Paul Fidalgo at The Morning Heresy, a freethinkers roundup site, has a plaint to utter concerning, well, what the competition is forcing him to do:
Bob Smietana at Religion News Service reports that Christian finance guru and COVID-denier David Ramsey is being sued—again!—for religious discrimination. The complaint says that Ramsey calls people who want to avoid getting or spreading COVID a “wuss” and anyone who disagrees with him on this point is a “moron.” In a novel twist, the plaintiff, Brad Amos, is suing on the basis of his own religious beliefs, with faith in science being a core tenet of said beliefs. I don’t claim to know how sincere Amos is about his belief being “religious,” but either way, it’s sad that in order to defend our right to stay alive and abide by facts, more and more it seems we have to act like those are religious convictions.
Here’s the thing: regardless of Fidalgo’s theatrical concerns, it’s not wrong to think of science as simply another approach to living. While a lot of different things can be said about religion, and for that matter very systems of philosophy, right at their foundation is their function as a way to understand, and react to, reality. Reality is a collection of events, some causally connected, some not, with many imperceptibilities (false negatives) and illusions (false positives) generated by our limited perceptual apparatus. How we interpret this collection is defined by our major belief system, which can be a member of the religious category, or scientific rationalism, or quite the number of less easily categorizable systems.
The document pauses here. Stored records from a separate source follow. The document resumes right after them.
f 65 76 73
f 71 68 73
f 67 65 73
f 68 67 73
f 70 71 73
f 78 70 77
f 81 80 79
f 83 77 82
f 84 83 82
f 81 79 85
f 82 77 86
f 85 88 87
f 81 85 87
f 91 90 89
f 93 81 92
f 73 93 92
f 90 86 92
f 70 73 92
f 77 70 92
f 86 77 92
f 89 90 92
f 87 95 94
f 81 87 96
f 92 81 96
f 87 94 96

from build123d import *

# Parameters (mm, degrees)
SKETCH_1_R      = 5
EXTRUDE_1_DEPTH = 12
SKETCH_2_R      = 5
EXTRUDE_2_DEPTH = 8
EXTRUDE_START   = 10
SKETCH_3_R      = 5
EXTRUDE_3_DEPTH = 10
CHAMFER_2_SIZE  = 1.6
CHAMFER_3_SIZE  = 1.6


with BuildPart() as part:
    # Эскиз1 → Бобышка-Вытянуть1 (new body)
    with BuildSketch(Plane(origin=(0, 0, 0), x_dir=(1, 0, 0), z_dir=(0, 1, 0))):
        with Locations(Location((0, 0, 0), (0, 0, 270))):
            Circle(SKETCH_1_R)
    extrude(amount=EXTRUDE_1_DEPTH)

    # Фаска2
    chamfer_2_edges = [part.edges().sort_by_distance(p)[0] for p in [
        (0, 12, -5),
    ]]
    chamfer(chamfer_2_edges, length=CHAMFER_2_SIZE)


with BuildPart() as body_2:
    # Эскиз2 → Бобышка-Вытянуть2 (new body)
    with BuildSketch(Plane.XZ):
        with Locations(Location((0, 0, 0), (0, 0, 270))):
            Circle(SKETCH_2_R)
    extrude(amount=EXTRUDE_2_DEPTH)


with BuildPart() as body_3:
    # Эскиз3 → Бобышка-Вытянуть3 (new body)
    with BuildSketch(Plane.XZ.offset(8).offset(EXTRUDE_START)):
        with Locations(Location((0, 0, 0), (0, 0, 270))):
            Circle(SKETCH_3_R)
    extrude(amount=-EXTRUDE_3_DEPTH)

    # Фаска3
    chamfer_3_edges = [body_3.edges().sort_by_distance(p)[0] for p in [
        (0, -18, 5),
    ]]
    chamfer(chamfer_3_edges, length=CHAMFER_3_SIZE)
Nor is simultaneous use of several such systems excluded.
Scientific rationalists believe the direct study of what we hope is reality, and rigorous exclusion of claims that are unsupported by objective evidence, or violate the derived rules of reality, leads to an approach to life that results in continued survival and prosperity.
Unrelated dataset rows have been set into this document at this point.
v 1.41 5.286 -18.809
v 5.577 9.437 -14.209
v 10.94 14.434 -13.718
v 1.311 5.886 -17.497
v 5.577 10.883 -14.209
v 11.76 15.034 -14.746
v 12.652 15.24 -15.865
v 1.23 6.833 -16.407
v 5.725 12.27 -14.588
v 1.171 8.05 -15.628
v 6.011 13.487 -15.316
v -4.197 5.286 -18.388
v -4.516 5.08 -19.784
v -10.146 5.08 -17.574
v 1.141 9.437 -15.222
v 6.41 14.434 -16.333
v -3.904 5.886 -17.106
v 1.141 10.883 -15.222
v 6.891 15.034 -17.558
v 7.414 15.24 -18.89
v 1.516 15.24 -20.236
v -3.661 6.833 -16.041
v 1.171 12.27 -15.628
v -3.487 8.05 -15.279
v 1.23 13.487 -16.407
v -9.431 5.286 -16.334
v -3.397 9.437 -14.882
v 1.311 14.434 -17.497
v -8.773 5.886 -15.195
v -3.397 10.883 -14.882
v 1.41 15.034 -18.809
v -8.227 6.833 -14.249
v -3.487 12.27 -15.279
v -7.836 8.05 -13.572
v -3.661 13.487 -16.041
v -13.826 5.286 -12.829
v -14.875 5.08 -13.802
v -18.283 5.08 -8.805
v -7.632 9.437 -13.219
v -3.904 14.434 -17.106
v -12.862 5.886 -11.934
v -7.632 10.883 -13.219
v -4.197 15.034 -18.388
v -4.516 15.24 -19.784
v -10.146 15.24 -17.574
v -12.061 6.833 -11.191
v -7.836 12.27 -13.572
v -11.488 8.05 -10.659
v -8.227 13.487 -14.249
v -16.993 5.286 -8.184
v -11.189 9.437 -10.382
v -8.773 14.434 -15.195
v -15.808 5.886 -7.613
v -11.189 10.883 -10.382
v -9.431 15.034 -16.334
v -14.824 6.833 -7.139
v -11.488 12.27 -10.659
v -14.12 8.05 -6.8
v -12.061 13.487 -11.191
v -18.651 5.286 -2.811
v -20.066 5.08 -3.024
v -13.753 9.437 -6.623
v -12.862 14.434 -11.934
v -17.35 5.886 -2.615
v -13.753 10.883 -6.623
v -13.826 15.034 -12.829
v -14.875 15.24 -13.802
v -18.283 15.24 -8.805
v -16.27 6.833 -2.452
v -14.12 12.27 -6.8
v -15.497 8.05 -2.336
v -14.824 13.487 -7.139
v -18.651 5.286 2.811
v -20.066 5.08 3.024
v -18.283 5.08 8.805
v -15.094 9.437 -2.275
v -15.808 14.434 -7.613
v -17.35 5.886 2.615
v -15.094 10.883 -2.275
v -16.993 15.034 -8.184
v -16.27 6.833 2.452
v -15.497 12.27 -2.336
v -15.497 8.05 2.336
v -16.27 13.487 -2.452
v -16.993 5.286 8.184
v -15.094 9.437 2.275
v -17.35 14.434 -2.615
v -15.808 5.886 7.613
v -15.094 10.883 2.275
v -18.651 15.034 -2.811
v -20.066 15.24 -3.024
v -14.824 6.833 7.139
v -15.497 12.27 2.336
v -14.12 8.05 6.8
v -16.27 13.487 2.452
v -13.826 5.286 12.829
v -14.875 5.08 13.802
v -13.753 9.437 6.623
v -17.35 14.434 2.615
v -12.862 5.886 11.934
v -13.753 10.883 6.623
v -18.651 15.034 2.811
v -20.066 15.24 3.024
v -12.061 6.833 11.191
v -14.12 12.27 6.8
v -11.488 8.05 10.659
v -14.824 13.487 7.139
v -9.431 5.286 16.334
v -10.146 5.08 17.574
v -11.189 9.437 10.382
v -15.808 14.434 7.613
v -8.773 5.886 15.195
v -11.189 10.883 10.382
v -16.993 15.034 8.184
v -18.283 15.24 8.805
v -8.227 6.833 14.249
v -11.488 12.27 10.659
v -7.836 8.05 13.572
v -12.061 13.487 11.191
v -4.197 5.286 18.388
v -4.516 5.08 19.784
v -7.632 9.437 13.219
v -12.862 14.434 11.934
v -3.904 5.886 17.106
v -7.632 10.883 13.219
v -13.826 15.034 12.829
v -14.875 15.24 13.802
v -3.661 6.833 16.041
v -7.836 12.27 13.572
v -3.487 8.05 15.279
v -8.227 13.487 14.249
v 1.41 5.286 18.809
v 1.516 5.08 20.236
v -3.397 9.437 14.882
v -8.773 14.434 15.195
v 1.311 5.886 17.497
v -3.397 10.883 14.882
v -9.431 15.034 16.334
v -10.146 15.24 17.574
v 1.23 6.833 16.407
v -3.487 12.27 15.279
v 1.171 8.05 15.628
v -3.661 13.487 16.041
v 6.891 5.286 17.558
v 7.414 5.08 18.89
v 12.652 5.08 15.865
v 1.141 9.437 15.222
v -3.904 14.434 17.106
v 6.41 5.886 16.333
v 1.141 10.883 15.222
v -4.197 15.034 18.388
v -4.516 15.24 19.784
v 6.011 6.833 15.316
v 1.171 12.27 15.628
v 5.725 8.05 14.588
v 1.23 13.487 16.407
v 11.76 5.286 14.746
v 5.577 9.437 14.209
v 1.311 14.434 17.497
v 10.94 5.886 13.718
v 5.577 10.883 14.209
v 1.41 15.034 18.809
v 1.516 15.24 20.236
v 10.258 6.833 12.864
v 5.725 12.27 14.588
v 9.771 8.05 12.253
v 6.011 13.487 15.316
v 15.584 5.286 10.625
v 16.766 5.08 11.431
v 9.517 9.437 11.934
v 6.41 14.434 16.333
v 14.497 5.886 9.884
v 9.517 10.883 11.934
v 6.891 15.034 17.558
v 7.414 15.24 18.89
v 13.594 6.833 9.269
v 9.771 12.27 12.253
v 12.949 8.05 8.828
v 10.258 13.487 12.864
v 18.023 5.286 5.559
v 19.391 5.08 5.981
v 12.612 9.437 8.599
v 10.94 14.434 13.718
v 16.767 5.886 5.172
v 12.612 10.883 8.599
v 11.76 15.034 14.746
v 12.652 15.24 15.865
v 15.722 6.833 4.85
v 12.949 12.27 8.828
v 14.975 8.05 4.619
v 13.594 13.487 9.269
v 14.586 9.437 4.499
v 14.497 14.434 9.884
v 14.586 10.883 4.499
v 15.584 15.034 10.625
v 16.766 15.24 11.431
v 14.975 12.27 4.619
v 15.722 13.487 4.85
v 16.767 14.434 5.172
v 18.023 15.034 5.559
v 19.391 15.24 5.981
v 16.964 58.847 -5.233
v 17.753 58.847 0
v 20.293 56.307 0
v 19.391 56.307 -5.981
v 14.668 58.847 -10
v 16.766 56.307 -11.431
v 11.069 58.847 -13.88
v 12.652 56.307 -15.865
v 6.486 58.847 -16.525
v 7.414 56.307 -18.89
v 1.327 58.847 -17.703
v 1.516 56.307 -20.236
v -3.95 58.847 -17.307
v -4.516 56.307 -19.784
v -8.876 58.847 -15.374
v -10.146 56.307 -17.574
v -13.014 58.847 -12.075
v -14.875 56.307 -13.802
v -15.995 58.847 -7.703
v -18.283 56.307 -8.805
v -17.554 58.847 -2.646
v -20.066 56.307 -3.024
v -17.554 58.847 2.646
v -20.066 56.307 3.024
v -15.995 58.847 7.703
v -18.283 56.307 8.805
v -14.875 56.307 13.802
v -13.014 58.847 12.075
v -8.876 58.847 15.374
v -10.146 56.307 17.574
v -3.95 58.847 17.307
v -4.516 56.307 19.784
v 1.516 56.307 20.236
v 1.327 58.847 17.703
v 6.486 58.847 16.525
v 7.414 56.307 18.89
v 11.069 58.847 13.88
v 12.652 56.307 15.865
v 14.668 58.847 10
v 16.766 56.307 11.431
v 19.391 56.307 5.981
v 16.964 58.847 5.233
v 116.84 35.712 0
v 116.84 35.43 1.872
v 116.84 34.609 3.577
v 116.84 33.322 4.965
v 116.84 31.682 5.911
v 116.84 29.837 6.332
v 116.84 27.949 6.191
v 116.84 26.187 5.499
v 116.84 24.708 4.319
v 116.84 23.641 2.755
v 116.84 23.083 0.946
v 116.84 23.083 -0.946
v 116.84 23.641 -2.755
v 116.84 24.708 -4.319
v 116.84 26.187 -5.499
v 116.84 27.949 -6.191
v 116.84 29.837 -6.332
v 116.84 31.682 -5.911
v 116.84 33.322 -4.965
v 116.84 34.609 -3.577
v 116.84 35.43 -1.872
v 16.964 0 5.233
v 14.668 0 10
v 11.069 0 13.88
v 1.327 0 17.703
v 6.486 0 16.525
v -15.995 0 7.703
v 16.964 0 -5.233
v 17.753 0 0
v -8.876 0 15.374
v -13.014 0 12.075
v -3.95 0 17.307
The religious, in following their theologies, hope for the same, in the main, if a point may be stretched in allowing the pleasing of supernatural creatures will also result in survival and prosperity.
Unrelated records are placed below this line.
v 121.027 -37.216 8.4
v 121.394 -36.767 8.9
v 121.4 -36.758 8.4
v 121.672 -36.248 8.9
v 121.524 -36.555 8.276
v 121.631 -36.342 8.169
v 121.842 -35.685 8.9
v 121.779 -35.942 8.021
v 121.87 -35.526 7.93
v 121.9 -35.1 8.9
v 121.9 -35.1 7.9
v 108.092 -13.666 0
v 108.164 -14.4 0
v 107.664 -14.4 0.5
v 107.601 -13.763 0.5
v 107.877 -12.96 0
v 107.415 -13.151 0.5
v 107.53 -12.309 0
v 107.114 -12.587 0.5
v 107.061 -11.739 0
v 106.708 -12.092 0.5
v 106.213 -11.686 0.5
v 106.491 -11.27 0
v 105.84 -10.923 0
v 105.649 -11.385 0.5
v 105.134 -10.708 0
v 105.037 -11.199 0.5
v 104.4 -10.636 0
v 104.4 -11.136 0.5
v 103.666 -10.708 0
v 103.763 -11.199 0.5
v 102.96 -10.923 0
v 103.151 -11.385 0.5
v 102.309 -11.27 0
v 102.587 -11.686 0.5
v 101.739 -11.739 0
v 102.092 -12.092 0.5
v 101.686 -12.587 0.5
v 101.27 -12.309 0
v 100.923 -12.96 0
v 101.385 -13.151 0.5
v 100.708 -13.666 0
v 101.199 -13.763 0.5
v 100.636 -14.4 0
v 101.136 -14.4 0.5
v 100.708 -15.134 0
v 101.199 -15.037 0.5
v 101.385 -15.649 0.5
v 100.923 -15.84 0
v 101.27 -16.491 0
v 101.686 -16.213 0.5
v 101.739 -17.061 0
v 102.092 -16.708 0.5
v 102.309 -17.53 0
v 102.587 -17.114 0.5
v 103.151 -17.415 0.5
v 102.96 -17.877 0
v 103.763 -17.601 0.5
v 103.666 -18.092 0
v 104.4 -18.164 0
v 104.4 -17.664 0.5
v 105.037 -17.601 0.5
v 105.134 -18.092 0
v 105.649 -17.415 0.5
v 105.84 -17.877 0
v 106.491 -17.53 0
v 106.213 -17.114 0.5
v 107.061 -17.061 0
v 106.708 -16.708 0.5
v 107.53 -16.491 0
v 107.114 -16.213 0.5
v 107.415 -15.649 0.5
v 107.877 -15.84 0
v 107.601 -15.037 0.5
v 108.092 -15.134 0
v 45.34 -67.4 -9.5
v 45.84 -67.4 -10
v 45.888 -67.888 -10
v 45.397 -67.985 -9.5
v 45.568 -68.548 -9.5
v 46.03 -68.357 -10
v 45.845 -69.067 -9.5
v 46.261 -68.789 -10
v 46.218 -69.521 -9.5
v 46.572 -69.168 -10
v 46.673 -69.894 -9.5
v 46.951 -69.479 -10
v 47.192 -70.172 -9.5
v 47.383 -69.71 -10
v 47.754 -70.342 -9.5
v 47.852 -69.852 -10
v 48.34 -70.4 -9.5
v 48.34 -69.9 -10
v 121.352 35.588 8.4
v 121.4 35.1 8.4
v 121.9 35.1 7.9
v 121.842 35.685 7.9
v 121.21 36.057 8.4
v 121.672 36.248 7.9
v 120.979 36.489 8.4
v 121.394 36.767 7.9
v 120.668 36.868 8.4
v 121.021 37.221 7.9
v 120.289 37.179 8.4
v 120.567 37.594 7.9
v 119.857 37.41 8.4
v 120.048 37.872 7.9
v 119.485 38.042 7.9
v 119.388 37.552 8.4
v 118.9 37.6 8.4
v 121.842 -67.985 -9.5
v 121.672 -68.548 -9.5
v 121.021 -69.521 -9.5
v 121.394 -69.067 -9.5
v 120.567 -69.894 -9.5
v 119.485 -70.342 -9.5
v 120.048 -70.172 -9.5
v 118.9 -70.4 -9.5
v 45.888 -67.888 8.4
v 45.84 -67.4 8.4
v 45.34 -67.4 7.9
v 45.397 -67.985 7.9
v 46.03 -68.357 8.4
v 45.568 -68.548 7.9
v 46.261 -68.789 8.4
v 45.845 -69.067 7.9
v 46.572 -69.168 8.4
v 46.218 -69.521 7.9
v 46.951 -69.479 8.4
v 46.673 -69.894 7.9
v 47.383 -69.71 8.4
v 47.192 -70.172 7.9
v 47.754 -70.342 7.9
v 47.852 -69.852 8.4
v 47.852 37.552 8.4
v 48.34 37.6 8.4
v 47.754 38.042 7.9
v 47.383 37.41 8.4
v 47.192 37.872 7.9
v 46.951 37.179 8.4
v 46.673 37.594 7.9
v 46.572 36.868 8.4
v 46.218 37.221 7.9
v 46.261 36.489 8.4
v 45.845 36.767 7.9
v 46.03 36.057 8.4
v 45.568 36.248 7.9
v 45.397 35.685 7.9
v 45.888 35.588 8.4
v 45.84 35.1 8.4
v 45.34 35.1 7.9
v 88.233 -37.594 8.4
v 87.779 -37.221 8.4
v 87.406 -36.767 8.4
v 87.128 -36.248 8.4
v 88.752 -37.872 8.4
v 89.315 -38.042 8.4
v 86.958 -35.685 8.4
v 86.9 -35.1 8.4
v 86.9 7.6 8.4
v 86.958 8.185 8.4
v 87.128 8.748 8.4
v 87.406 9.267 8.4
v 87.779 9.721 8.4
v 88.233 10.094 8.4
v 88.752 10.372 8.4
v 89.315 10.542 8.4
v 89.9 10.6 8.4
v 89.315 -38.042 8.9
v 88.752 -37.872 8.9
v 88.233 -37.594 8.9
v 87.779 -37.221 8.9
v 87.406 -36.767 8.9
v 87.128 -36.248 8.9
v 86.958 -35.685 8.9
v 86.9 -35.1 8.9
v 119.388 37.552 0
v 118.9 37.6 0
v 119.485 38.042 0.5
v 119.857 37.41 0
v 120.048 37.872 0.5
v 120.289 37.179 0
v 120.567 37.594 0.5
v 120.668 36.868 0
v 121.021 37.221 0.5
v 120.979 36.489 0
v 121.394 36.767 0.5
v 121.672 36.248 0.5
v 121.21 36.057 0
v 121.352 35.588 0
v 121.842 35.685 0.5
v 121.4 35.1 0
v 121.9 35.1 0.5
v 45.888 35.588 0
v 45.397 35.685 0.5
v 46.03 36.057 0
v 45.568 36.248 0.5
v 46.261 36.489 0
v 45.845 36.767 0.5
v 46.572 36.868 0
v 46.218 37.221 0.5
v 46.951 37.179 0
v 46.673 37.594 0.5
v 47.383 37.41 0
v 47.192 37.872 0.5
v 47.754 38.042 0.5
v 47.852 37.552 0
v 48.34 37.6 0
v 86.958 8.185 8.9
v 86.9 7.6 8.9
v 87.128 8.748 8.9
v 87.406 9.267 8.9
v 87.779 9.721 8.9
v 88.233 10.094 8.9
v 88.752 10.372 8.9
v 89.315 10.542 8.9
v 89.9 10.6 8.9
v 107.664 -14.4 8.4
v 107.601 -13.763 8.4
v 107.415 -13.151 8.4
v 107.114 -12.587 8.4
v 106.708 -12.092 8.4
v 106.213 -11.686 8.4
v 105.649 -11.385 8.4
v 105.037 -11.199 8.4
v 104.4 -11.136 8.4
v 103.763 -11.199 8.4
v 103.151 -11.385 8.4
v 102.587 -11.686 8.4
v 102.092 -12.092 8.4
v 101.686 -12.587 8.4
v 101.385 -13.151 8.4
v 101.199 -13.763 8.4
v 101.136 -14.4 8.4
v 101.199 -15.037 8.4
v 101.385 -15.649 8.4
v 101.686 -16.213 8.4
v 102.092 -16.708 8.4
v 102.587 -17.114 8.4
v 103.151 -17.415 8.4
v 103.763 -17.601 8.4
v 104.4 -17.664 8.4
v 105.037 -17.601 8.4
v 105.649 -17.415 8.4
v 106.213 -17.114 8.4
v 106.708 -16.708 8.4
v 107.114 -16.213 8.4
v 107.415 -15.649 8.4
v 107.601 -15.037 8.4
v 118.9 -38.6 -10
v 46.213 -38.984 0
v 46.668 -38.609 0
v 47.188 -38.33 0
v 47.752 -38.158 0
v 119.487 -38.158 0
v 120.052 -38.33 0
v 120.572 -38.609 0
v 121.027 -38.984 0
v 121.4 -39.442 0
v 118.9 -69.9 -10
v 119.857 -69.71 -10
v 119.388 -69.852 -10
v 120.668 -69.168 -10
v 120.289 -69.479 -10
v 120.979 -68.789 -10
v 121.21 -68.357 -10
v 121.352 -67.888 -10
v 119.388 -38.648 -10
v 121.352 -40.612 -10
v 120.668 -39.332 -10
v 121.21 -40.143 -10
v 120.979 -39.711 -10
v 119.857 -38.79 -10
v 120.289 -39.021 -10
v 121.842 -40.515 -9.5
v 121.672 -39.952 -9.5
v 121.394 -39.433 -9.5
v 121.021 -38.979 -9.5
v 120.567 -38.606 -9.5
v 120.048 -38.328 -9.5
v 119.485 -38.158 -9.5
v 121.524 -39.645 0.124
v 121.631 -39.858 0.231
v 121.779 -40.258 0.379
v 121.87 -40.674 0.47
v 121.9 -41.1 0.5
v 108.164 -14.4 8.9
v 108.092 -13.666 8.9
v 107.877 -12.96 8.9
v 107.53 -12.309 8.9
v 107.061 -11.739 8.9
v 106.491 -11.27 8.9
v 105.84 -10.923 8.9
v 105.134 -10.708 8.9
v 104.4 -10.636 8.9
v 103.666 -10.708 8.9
In the end, like any system of logic, the foundations are always unprovable assumptions. That’s just how sufficiently powerful logical systems work. The fact that medicine and technology, building blocks of survival and prosperity, are primarily the result of scientific rationalism, does suggest that scientific rationalism has a better grip on how to reach the common goal.
But it’s important to recognize that all of these systems for comprehending reality are in the same category. Calling them belief systems or reality-comprehension systems is more accurate than religious views, as the latter refers to a sub-category, but in the end we can only hope that the evidence so observed supports our predilection in belief systems.
Fidalgo may need to get out the face paint.